Human-in-the-Loop: Audit logs and explicit interfaces allow for transparent validation, modification, or rejection of planner recommendations, crucial for compliance-critical domains (Farahani et al., 23 Nov 2025, Ang et al., 19 Aug 2025).
Logging and Visualization: Semantic maps and decision history logs are visualized (e.g., RViz in ROS, Prometheus/Grafana for metrics), facilitating debugging and traceability (Syarubany et al., 2 Jan 2026, Farahani et al., 23 Nov 2025).

MAP’s separation of reasoning, tool selection, execution, verification, and summarization provides clean separation between high-level LLM-driven logic and low-level, fast tactical steps (often handled by specialized SLMs, microservices, or containers for scalability).

6. Comparisons, Transfer, and Limitations

MAP architectures outperform classical approaches such as monolithic RL models, zero-shot prompting, chain-of-thought, multi-agent debate, and tree-of-thought on both accuracy and invalid action reduction (Webb et al., 2023, Li et al., 7 Oct 2025, Ang et al., 19 Aug 2025). Modular decomposition is especially crucial for settings with long reasoning horizons, sparse rewards, diverse toolsets, or heterogeneous skill modules. The separation of planning and execution modules enables fine-tuned planners to generalize across frozen generators, domains, and environments without retraining downstream models (Mei et al., 28 Aug 2025, Farahani et al., 23 Nov 2025).

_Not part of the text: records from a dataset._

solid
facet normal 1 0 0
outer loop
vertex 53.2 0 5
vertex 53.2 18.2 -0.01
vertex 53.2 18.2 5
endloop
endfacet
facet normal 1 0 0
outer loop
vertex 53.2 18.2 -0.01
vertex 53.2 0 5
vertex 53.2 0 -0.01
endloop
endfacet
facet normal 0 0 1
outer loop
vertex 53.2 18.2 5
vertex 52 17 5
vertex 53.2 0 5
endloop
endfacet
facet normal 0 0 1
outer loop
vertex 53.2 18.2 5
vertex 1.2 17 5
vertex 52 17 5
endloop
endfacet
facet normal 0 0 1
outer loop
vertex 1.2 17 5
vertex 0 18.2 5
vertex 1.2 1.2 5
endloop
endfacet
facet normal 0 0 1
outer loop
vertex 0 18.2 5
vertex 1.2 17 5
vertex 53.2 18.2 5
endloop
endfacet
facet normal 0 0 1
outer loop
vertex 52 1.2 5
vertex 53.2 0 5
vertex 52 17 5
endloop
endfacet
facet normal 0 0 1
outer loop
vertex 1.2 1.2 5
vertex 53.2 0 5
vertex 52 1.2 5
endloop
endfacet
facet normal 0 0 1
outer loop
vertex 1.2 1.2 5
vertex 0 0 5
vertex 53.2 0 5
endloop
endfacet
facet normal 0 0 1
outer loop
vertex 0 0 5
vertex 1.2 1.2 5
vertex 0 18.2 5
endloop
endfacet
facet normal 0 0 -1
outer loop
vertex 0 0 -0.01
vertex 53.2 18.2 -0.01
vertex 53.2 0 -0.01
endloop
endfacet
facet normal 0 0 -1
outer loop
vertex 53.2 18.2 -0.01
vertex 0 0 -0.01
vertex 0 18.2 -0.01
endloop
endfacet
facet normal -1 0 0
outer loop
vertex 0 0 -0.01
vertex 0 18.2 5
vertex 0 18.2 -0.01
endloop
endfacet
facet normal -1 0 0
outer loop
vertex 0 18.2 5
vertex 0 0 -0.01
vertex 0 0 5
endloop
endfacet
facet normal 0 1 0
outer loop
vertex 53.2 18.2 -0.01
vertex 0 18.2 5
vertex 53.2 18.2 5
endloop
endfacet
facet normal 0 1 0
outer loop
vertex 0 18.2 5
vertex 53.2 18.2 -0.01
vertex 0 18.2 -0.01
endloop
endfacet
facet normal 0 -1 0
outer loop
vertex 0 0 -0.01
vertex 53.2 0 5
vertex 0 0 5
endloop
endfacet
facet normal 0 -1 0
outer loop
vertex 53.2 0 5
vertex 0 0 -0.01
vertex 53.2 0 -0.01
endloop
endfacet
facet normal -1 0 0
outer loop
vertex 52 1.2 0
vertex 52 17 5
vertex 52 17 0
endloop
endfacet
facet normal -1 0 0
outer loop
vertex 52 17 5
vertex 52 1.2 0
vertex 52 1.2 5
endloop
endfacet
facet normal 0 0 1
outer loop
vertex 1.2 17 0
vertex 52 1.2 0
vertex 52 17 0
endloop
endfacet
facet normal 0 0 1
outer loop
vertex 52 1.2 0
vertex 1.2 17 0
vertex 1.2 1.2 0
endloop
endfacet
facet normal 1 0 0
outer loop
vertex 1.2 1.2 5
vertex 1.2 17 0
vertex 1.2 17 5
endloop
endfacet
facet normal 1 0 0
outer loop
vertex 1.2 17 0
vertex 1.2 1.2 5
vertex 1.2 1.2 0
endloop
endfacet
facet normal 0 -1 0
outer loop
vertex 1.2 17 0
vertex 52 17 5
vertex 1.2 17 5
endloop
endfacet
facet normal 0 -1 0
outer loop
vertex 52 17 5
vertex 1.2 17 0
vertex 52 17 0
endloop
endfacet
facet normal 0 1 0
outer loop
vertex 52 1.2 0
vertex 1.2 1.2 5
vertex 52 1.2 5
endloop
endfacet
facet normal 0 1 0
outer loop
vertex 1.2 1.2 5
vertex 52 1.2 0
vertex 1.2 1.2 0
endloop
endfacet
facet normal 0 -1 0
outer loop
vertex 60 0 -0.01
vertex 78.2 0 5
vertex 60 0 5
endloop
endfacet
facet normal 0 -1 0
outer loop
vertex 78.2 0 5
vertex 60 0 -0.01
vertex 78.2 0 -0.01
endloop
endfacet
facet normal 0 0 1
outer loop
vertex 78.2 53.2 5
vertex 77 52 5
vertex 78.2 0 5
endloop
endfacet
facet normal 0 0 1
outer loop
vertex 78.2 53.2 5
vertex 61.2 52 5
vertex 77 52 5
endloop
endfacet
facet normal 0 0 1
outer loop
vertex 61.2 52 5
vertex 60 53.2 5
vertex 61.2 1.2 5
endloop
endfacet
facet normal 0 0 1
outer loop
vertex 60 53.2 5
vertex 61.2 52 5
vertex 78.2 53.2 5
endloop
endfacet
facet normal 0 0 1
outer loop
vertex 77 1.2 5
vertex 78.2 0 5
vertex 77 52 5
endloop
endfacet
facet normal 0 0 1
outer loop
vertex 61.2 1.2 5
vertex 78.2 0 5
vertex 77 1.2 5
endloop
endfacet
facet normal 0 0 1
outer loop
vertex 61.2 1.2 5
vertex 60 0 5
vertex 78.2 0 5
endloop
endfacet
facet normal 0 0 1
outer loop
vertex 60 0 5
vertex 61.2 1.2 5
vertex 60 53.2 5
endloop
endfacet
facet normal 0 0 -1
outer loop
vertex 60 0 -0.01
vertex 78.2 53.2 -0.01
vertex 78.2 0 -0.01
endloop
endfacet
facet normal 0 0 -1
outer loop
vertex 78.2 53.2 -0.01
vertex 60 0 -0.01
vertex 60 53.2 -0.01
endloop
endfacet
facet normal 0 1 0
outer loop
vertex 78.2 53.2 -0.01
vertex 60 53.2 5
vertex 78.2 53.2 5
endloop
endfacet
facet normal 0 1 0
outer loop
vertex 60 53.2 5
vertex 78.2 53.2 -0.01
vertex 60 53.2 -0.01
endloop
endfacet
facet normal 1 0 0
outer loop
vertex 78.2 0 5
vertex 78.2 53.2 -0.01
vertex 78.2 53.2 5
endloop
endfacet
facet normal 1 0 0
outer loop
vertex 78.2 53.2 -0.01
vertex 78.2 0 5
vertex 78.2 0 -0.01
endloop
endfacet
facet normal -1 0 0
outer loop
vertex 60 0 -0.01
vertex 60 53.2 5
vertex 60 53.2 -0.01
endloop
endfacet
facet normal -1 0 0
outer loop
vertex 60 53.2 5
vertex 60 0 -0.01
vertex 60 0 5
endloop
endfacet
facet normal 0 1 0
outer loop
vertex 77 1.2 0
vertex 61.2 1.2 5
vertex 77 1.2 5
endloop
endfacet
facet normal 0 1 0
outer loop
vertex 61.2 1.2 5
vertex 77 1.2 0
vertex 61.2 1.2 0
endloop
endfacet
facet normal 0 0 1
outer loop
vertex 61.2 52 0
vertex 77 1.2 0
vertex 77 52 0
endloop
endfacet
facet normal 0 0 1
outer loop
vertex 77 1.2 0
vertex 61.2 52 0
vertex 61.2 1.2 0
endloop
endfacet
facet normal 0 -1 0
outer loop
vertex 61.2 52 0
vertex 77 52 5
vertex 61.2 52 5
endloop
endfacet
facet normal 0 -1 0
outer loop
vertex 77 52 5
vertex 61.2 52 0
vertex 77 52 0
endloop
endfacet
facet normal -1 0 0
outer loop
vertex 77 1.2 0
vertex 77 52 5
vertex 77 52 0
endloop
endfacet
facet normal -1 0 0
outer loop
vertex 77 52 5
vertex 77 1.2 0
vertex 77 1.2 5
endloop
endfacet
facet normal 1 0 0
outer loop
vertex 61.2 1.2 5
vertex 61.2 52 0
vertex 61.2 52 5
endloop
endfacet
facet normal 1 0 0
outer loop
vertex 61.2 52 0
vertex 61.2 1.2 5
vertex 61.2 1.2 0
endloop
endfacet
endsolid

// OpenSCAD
// file: ../../Base/Boxes.scad
// Fischertechnik Box Foundation
// Pre-designed Boxes

use <Constants.scad>

include <PlacementOptions.scad>

box190Width = 190;
box190Depth = 130;
box130Width = 130;
box130Depth = 95;
boxUsageHeight = 33.9;
boxWallThickness = 2.4;
boxBaseThickness = 1.0;

// getBoxWallThickness()
// Gets the wall thickness of a Fischertechnik Box

function getBoxWallThickness() = boxWallThickness;

// Gets the usable height of a fischertechnik box
function getBoxUsageHeight() = boxUsageHeight;

// Gets the thickness of the Fischertechnik box base.
function getBoxBaseThickness() = boxBaseThickness;

// Gets the usable inner space of a Box 190 as an x/y-list
function getBox190Space() = [
    box190Width - 2*getBoxWallThickness(), 
    box190Depth - 2*getBoxWallThickness() ];

// Imports the Fischertechnik empty box 130x190 mm and places it at position 0,0
// 190x130 are the outer sizes, the inner space is slightly smaller. Use getBox190Space() to get the inner sizes.
// This module needs the STL file "Fischertechnik Box 130x190.stl" in the library path.
// The box is positioned that the usable inner space is at the 0,0,0 position. The

module Box190() {
    translate([-getBoxWallThickness(),-getBoxWallThickness(),-getBoxBaseThickness()])
        import("Fischertechnik Box 130x190.stl", convexity=3);
}

// Gets the usable inner space of a Box 130 as an x/y-list
function getBox130Space() = [
    box130Width - 2*getBoxWallThickness(), 
    box130Depth - 2*getBoxWallThickness() ];

// Imports the Fischertechnik empty box 95x130 mm and places it at position 0,0
// 190x130 are the outer sizes, the inner space is slightly smaller. Use getBox190Space() to get the inner sizes.
// This module needs the STL file "Fischertechnik Box 95x130.stl" in the library path.
// The box is positioned that the usable inner space is at the 0,0,0 position. The

module Box130() {
    translate([-getBoxWallThickness(),-getBoxWallThickness(),-getBoxBaseThickness()])
        import("Fischertechnik Box 95x130.stl", convexity=3);
}

// Creates a web at the specified box walls
// corner 0 = LowerLeft, 1 = UpperLeft, 2 = UpperRight, 3 = LowerRight
// side 0 = LeftOfCorner, 1 = RightOfCorner
// distance = Distance in mm from the corner
// box = inner width and depth of the box (default: Box 190)
// webWidth = length of the web (default is 3 mms)
// webThickness = thickness of the web (default is 1 mm)

module BoxWeb(corner, side, distance, box=getBox190Space(), webWidth=3, webThickness=1.0) {
    sink = getBoxWallThickness()/2;

    width = (corner % 2 == 0) ? 
            (side == LeftOfCorner ? webWidth : webThickness) :
            (side == LeftOfCorner ? webThickness : webWidth);

    depth = (corner % 2 == 0) ? 
            (side == RightOfCorner ? webWidth : webThickness) :
            (side == RightOfCorner ? webThickness : webWidth);
    
    xDiff = corner == LowerLeft ? 
                (side == LeftOfCorner ? -sink : distance) :
            (corner == UpperLeft ?                
                (side == LeftOfCorner ? distance : -sink) :
            (corner == UpperRight ?
                (side == LeftOfCorner ? box.x-webWidth+sink : box.x-distance-webThickness) :
                (side == LeftOfCorner ? box.x-distance-webThickness: box.x-webWidth+sink)));

    yDiff = corner == LowerLeft ? 
                (side == RightOfCorner ? -sink : distance) :
            (corner == UpperLeft ?
                (side == RightOfCorner ? box.y-distance : box.y-webWidth+sink) :
            (corner == UpperRight ?
                (side == RightOfCorner ? box.y-webWidth+sink : box.y-distance) :
                (side == RightOfCorner ? distance : -sink)));
    
    translate([xDiff, yDiff, -getExcess()])
        cube([width, depth, boxUsageHeight + 2*getExcess()]);
}
// file: ../../Base/Rotation.scad
// Fischertechnik Box Foundation
// Geometry Helpers Rotation

include <PlacementOptions.scad>

// getRotatedSpace(space, rotation=NoRotation)
// Rotates the space dependent on the specified rotation

function getRotatedSpace(space, rotation=NoRotation) = [
    (rotation == Rotate90 || rotation == Rotate270) ? space.y : space.x,
    (rotation == Rotate90 || rotation == Rotate270) ? space.x : space.y
];

// Rotates the given space around the fixed left lower corner
// space = the space the children needs as width/depth list [width,depth]
// rotation = 0 Rotate0 degrees, 1 Rotate90 degrees, 2 Rotate180 degrees, 3 Rotate270 degrees (equivalent to -90)

module RotateFix(space, rotation=Rotate0) {
    dy = (rotation == Rotate0 || rotation == Rotate270) ? 0 :
        (rotation == Rotate90) ? space.x :
        space.y;
    dx = (rotation < Rotate180) ? 0 :
        (rotation == Rotate180) ? space.x :
        space.y;
    
    translate([dx, dy, 0])
        rotate([0, 0, rotations[rotation]])
            children();
}
// file: ../../Base/Alignment.scad
// Fischertechnik Box Foundation
// Geometry Helpers Alignment

include <PlacementOptions.scad>

// getAlignedX(elementWidth, spaceWidth, align=AlignRight, offset=0)
// Gets the aligned X offset of an element with the given
// width in the given space.
// elementWidth = The width of the element to positon
// spaceWidth = The space where the element should be aligned
// align = 0 AlignLeft, 1 AlignCenter, 2 AlignRight
// offset = an optional offset from the aligned position. When
// aligned left or centered, then positive values are in X direction.
// When aligned right then positive values are in negative X direction.

function getAlignedX(elementWidth, spaceWidth, align=AlignRight, offset=0) =
    (align == AlignLeft) ?
        offset :
        ((align == AlignCenter) ?
        (spaceWidth - elementWidth)/2 + offset :
        spaceWidth - offset - elementWidth);

// getAlignedY(elementDepth, spaceDepth, align=AlignTop, offset=0)
// Gets the aligned Y offset of an element with the given
// depth in the given space.
// elementDepth = The depth of the element to positon
// spaceDepth = The space where the element should be aligned
// align = 0 AlignBottom, 1 AlignCenter, 2 AlignTop
// offset = an optional offset from the aligned position. When
// aligned bottom or centered, then positive values are in Y direction.
// When aligned top then positive values are in negative Y direction.

function getAlignedY(elementDepth, spaceDepth, align=AlignTop, offset=0) =
    (align == AlignBottom) ?
        offset :
        ((align == AlignCenter) ?
        (spaceDepth - elementDepth)/2 + offset :
        spaceDepth - offset - elementDepth);
// file: ../../Base/Constants.scad
// Fischertechnik Box Foundation
// Constants

// Constant values necessary for multiple elements

// Base constants
dividerThickness = 1.2;
excess = 0.01;
fragments = 90;
tolerance = 0.8;

// Gets the thickness of a divider 
function getDividerThickness() = dividerThickness;

// Gets the excess that is used to merge walls into each other
function getExcess() = excess;

// Gets amount of fragments of a cylinder
function getFragments() = fragments;

// Gets the inner tolerance of a frame to each side
function getTolerance() = tolerance;


// Fischertechnik specific constants
axisDiameter = 4;
axisBottomDiameter = axisDiameter + 1;
standardEdgeDistance = 2.5;
standardWebDistance = 11.5;
standardCornerLength = 15;
tubeWallFactor = 1.6;

// Gets axis diameter
function getAxisDiameter() = axisDiameter;

// Gets axis bottom diameter for thicker part at the bottom
function getAxisBottomDiameter() = axisBottomDiameter;

// gets the standard distance to the wall of the box for dockable frames with webs
function getStandardEdgeDistance() = standardEdgeDistance;

// gets the standard distance of each web to the corner of the dockable frame
function getStandardWebDistance() = standardWebDistance;

// gets the standard length of the corner walls of a dockable frame
function getStandardCornerLength() = standardCornerLength;

// gets the wall thickness of a tube.
function getTubeWallThickness() = tubeWallFactor * getDividerThickness();
// file: ../../Base/PlacementOptions.scad
// Fischertechnik Box Foundation
// Placement Options

// Alignment
NoAlign = 0;
AlignLeft = 1;
AlignBottom = 2;
AlignCenter = 3;
AlignRight = 4;
AlignTop = 5;

// Element rotation degree steps
rotations = [0, -90, -180, -270];

// Rotation
NoRotation = 0;
Rotate0 = 0;
Rotate90 = 1;
Rotate180 = 2;
Rotate270 = 3;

A plausible implication is that computational cost and latency may increase with full modularization, as exemplified by the hundreds of LLM calls required on certain planning benchmarks (Webb et al., 2023). However, this is offset by robustness, scalability, and the capacity for structured audit and dynamic module swapping.

MAP’s integration of explicit credit assignment (broadcasted trajectory-level reward), group-normalized advantage, and modular update loops addresses long-standing limitations in deep RL for multi-turn reasoning, tool-augmented workflows, and cross-domain agentic system design (Li et al., 7 Oct 2025, Mei et al., 28 Aug 2025).